START Exercise material

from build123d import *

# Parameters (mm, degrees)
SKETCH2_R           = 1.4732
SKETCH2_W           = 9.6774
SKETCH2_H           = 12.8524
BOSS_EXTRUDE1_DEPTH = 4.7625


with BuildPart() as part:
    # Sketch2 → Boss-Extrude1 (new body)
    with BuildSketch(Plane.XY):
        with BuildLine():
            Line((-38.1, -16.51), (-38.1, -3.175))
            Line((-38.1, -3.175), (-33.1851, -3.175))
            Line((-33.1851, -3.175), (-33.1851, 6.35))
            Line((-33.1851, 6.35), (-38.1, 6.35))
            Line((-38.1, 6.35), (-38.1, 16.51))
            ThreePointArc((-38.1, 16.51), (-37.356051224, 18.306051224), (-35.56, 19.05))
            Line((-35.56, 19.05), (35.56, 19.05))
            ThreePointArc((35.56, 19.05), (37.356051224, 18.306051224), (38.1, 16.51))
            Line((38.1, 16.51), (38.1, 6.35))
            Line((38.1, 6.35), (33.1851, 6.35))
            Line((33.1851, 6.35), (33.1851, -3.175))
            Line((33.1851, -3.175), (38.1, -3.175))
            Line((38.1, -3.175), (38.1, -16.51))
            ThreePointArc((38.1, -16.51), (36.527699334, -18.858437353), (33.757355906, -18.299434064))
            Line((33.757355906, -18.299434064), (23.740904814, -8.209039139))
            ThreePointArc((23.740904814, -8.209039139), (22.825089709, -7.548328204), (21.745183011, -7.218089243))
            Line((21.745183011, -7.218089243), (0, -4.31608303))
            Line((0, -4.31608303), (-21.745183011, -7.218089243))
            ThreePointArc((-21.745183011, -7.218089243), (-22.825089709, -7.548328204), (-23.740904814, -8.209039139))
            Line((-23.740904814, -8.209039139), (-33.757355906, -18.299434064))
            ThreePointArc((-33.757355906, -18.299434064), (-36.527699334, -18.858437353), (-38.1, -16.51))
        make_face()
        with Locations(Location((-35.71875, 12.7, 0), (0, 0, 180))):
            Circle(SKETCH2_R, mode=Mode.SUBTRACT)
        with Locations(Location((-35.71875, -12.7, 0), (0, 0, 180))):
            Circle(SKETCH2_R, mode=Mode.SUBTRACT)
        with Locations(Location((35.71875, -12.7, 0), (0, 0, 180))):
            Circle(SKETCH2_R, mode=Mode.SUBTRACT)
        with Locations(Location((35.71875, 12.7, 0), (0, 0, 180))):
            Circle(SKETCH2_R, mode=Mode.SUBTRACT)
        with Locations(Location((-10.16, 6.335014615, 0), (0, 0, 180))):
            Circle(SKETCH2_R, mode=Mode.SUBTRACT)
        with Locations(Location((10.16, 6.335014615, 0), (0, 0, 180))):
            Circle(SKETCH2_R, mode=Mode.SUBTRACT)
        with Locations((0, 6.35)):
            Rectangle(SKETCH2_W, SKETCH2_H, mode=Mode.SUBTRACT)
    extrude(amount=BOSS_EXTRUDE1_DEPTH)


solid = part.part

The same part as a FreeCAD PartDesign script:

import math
import FreeCAD as App
import Part
import Sketcher
Q = App.Units.Quantity

doc = App.newDocument("Part")
body = doc.addObject("PartDesign::Body", "Body")

sketch1 = doc.addObject("Sketcher::SketchObject", "Sketch")
body.addObject(sketch1)
sketch1.AttachmentSupport = (doc.XY_Plane, [""])
sketch1.MapMode = "FlatFace"
sketch1.addGeometry(Part.LineSegment(App.Vector(-38.1, -3.2, 0), App.Vector(-38.1, -16.5, 0)), False)
sketch1.addGeometry(Part.ArcOfCircle(Part.Circle(App.Vector(-35.6, -16.5, 0), App.Vector(0, 0, 1), 2.5), math.radians(180), math.radians(315)), False)
sketch1.addGeometry(Part.LineSegment(App.Vector(-33.8, -18.3, 0), App.Vector(-23.7, -8.2, 0)), False)
sketch1.addGeometry(Part.ArcOfCircle(Part.Circle(App.Vector(-21.3, -10.6, 0), App.Vector(0, 0, 1), 3.5), math.radians(98), math.radians(135)), False)
sketch1.addGeometry(Part.LineSegment(App.Vector(-21.7, -7.2, 0), App.Vector(0, -4.3, 0)), False)
sketch1.addGeometry(Part.LineSegment(App.Vector(0, -4.3, 0), App.Vector(21.7, -7.2, 0)), False)
sketch1.addGeometry(Part.ArcOfCircle(Part.Circle(App.Vector(21.3, -10.6, 0), App.Vector(0, 0, 1), 3.5), math.radians(45), math.radians(82)), False)
sketch1.addGeometry(Part.LineSegment(App.Vector(23.7, -8.2, 0), App.Vector(33.8, -18.3, 0)), False)
sketch1.addGeometry(Part.ArcOfCircle(Part.Circle(App.Vector(35.6, -16.5, 0), App.Vector(0, 0, 1), 2.5), math.radians(-135), math.radians(0)), False)
sketch1.addGeometry(Part.LineSegment(App.Vector(38.1, -16.5, 0), App.Vector(38.1, -3.2, 0)), False)
sketch1.addGeometry(Part.LineSegment(App.Vector(38.1, -3.2, 0), App.Vector(33.2, -3.2, 0)), False)
sketch1.addGeometry(Part.LineSegment(App.Vector(33.2, -3.2, 0), App.Vector(33.2, 6.3, 0)), False)
sketch1.addGeometry(Part.LineSegment(App.Vector(33.2, 6.3, 0), App.Vector(38.1, 6.3, 0)), False)
sketch1.addGeometry(Part.LineSegment(App.Vector(38.1, 6.3, 0), App.Vector(38.1, 16.5, 0)), False)
sketch1.addGeometry(Part.ArcOfCircle(Part.Circle(App.Vector(35.6, 16.5, 0), App.Vector(0, 0, 1), 2.5), math.radians(0), math.radians(90)), False)
sketch1.addGeometry(Part.LineSegment(App.Vector(35.6, 19.1, 0), App.Vector(-35.6, 19.1, 0)), False)
sketch1.addGeometry(Part.ArcOfCircle(Part.Circle(App.Vector(-35.6, 16.5, 0), App.Vector(0, 0, 1), 2.5), math.radians(90), math.radians(180)), False)
sketch1.addGeometry(Part.LineSegment(App.Vector(-38.1, 16.5, 0), App.Vector(-38.1, 6.3, 0)), False)
sketch1.addGeometry(Part.LineSegment(App.Vector(-38.1, 6.3, 0), App.Vector(-33.2, 6.3, 0)), False)
sketch1.addGeometry(Part.LineSegment(App.Vector(-33.2, 6.3, 0), App.Vector(-33.2, -3.2, 0)), False)
sketch1.addGeometry(Part.LineSegment(App.Vector(-33.2, -3.2, 0), App.Vector(-38.1, -3.2, 0)), False)
sketch1.addGeometry(Part.Circle(App.Vector(35.7, -12.7, 0), App.Vector(0, 0, 1), 1.5), False)
sketch1.addGeometry(Part.Circle(App.Vector(-35.7, -12.7, 0), App.Vector(0, 0, 1), 1.5), False)
sketch1.addGeometry(Part.Circle(App.Vector(10.2, 6.3, 0), App.Vector(0, 0, 1), 1.5), False)
sketch1.addGeometry(Part.Circle(App.Vector(35.7, 12.7, 0), App.Vector(0, 0, 1), 1.5), False)
sketch1.addGeometry(Part.LineSegment(App.Vector(-4.8, -0.1, 0), App.Vector(-4.8, 12.8, 0)), False)
sketch1.addGeometry(Part.LineSegment(App.Vector(-4.8, 12.8, 0), App.Vector(4.8, 12.8, 0)), False)
sketch1.addGeometry(Part.LineSegment(App.Vector(4.8, 12.8, 0), App.Vector(4.8, -0.1, 0)), False)
sketch1.addGeometry(Part.LineSegment(App.Vector(4.8, -0.1, 0), App.Vector(-4.8, -0.1, 0)), False)
sketch1.addGeometry(Part.Circle(App.Vector(-10.2, 6.3, 0), App.Vector(0, 0, 1), 1.5), False)
sketch1.addGeometry(Part.Circle(App.Vector(-35.7, 12.7, 0), App.Vector(0, 0, 1), 1.5), False)
sketch1.addConstraint(Sketcher.Constraint("Tangent", 0, 2, 1, 1))
sketch1.addConstraint(Sketcher.Constraint("Tangent", 1, 2, 2, 1))
sketch1.addConstraint(Sketcher.Constraint("Tangent", 2, 2, 3, 2))
sketch1.addConstraint(Sketcher.Constraint("Tangent", 3, 1, 4, 1))
sketch1.addConstraint(Sketcher.Constraint("Coincident", 4, 2, 5, 1))
sketch1.addConstraint(Sketcher.Constraint("Tangent", 5, 2, 6, 2))
sketch1.addConstraint(Sketcher.Constraint("Tangent", 6, 1, 7, 1))
sketch1.addConstraint(Sketcher.Constraint("Tangent", 7, 2, 8, 1))
sketch1.addConstraint(Sketcher.Constraint("Tangent", 8, 2, 9, 1))
sketch1.addConstraint(Sketcher.Constraint("Coincident", 9, 2, 10, 1))
sketch1.addConstraint(Sketcher.Constraint("Coincident", 10, 2, 11, 1))
sketch1.addConstraint(Sketcher.Constraint("Coincident", 11, 2, 12, 1))
sketch1.addConstraint(Sketcher.Constraint("Coincident", 12, 2, 13, 1))
sketch1.addConstraint(Sketcher.Constraint("Tangent", 13, 2, 14, 1))
sketch1.addConstraint(Sketcher.Constraint("Tangent", 14, 2, 15, 1))
sketch1.addConstraint(Sketcher.Constraint("Tangent", 15, 2, 16, 1))
sketch1.addConstraint(Sketcher.Constraint("Tangent", 16, 2, 17, 1))
sketch1.addConstraint(Sketcher.Constraint("Coincident", 17, 2, 18, 1))
sketch1.addConstraint(Sketcher.Constraint("Coincident", 18, 2, 19, 1))
sketch1.addConstraint(Sketcher.Constraint("Coincident", 19, 2, 20, 1))
sketch1.addConstraint(Sketcher.Constraint("Coincident", 20, 2, 0, 1))
sketch1.addConstraint(Sketcher.Constraint("Coincident", 25, 2, 26, 1))
sketch1.addConstraint(Sketcher.Constraint("Coincident", 26, 2, 27, 1))
sketch1.addConstraint(Sketcher.Constraint("Coincident", 27, 2, 28, 1))
sketch1.addConstraint(Sketcher.Constraint("Coincident", 28, 2, 25, 1))
sketch1.addConstraint(Sketcher.Constraint("Vertical", 0))
sketch1.addConstraint(Sketcher.Constraint("Vertical", 9))
sketch1.addConstraint(Sketcher.Constraint("Horizontal", 10))
sketch1.addConstraint(Sketcher.Constraint("Vertical", 11))
sketch1.addConstraint(Sketcher.Constraint("Horizontal", 12))
sketch1.addConstraint(Sketcher.Constraint("Vertical", 13))
sketch1.addConstraint(Sketcher.Constraint("Horizontal", 15))
sketch1.addConstraint(Sketcher.Constraint("Vertical", 17))
sketch1.addConstraint(Sketcher.Constraint("Horizontal", 18))
sketch1.addConstraint(Sketcher.Constraint("Vertical", 19))
sketch1.addConstraint(Sketcher.Constraint("Horizontal", 20))
sketch1.addConstraint(Sketcher.Constraint("Vertical", 25))
sketch1.addConstraint(Sketcher.Constraint("Horizontal", 26))
sketch1.addConstraint(Sketcher.Constraint("Vertical", 27))
sketch1.addConstraint(Sketcher.Constraint("Horizontal", 28))
sketch1.addConstraint(Sketcher.Constraint("Equal", 3, 6))
sketch1.addConstraint(Sketcher.Constraint("Equal", 1, 8))
sketch1.addConstraint(Sketcher.Constraint("Equal", 8, 14))
sketch1.addConstraint(Sketcher.Constraint("Equal", 14, 16))
sketch1.addConstraint(Sketcher.Constraint("Equal", 21, 22))
sketch1.addConstraint(Sketcher.Constraint("Equal", 22, 23))
sketch1.addConstraint(Sketcher.Constraint("Equal", 23, 24))
sketch1.addConstraint(Sketcher.Constraint("Equal", 24, 29))
sketch1.addConstraint(Sketcher.Constraint("Equal", 29, 30))
sketch1.addConstraint(Sketcher.Constraint("Symmetric", 1, 3, 14, 3, -1, 1))
sketch1.addConstraint(Sketcher.Constraint("Symmetric", 8, 3, 16, 3, -1, 1))
sketch1.addConstraint(Sketcher.Constraint("Symmetric", 22, 3, 24, 3, -1, 1))
sketch1.addConstraint(Sketcher.Constraint("Symmetric", 21, 3, 30, 3, -1, 1))
sketch1.addConstraint(Sketcher.Constraint("Symmetric", 3, 3, 6, 3, -2))
sketch1.addConstraint(Sketcher.Constraint("Symmetric", 21, 3, 22, 3, -2))
sketch1.addConstraint(Sketcher.Constraint("Symmetric", 23, 3, 29, 3, -2))
sketch1.addConstraint(Sketcher.Constraint("Symmetric", 12, 2, 17, 2, -2))
sketch1.addConstraint(Sketcher.Constraint("Symmetric", 10, 2, 19, 2, -2))
sketch1.addConstraint(Sketcher.Constraint("PointOnObject", 4, 2, -2))
sketch1.addConstraint(Sketcher.Constraint("Radius", 1, Q("0.1 in")))
sketch1.addConstraint(Sketcher.Constraint("Diameter", 21, Q("0.116 in")))
sketch1.addConstraint(Sketcher.Constraint("DistanceX", 15, 2, 15, 1, Q("2.8 in")))
sketch1.addConstraint(Sketcher.Constraint("DistanceY", 13, 1, 13, 2, Q("0.4 in")))
sketch1.addConstraint(Sketcher.Constraint("DistanceX", 23, 3, 14, 3, Q("1 in")))
sketch1.addConstraint(Sketcher.Constraint("DistanceY", 21, 3, 24, 3, Q("1 in")))
sketch1.addConstraint(Sketcher.Constraint("DistanceY", 8, 3, 14, 3, Q("1.3 in")))
sketch1.addConstraint(Sketcher.Constraint("DistanceX", 26, 1, 26, 2, Q("0.381 in")))
sketch1.addConstraint(Sketcher.Constraint("DistanceY", 0, 2, 0, 1, Q("0.525 in")))
sketch1.addConstraint(Sketcher.Constraint("DistanceY", 25, 1, 25, 2, Q("0.506 in")))
sketch1.addConstraint(Sketcher.Constraint("DistanceX", 10, 2, 10, 1, Q("0.1935 in")))
sketch1.addConstraint(Sketcher.Constraint("DistanceX", -1, 1, 21, 3, Q("1.40625 in")))
sketch1.addConstraint(Sketcher.Constraint("DistanceY", -1, 1, 25, 2, Q("0.503 in")))
sketch1.addConstraint(Sketcher.Constraint("DistanceX", 3, 1, 3, 3, Q("0.0180002 in")))
sketch1.addConstraint(Sketcher.Constraint("DistanceX", 25, 2, -1, 1, Q("0.1905 in")))
sketch1.addConstraint(Sketcher.Constraint("Radius", 3, 3.456274))
sketch1.addConstraint(Sketcher.Constraint("DistanceX", 3, 3, -1, 1, 21.287979))
sketch1.addConstraint(Sketcher.Constraint("DistanceY", 3, 3, -1, 1, 10.64399))
sketch1.addConstraint(Sketcher.Constraint("DistanceY", -1, 1, 23, 3, 6.335015))
pad1 = doc.addObject("PartDesign::Pad", "Pad")
body.addObject(pad1)
pad1.Profile = sketch1
pad1.Length = Q("0.1875 in")

doc.recompute()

END Exercise material

- _Your objective_:
Using the entries above, repeat only the lines from the one containing "Rectangle(SKETCH2_W, SKETCH2_H, mode=Mode.SUBTRACT)" through the one containing "The same part", end lines included.

- _Result below_:
            Rectangle(SKETCH2_W, SKETCH2_H, mode=Mode.SUBTRACT)
    extrude(amount=BOSS_EXTRUDE1_DEPTH)


solid = part.part

The same part as a FreeCAD PartDesign script:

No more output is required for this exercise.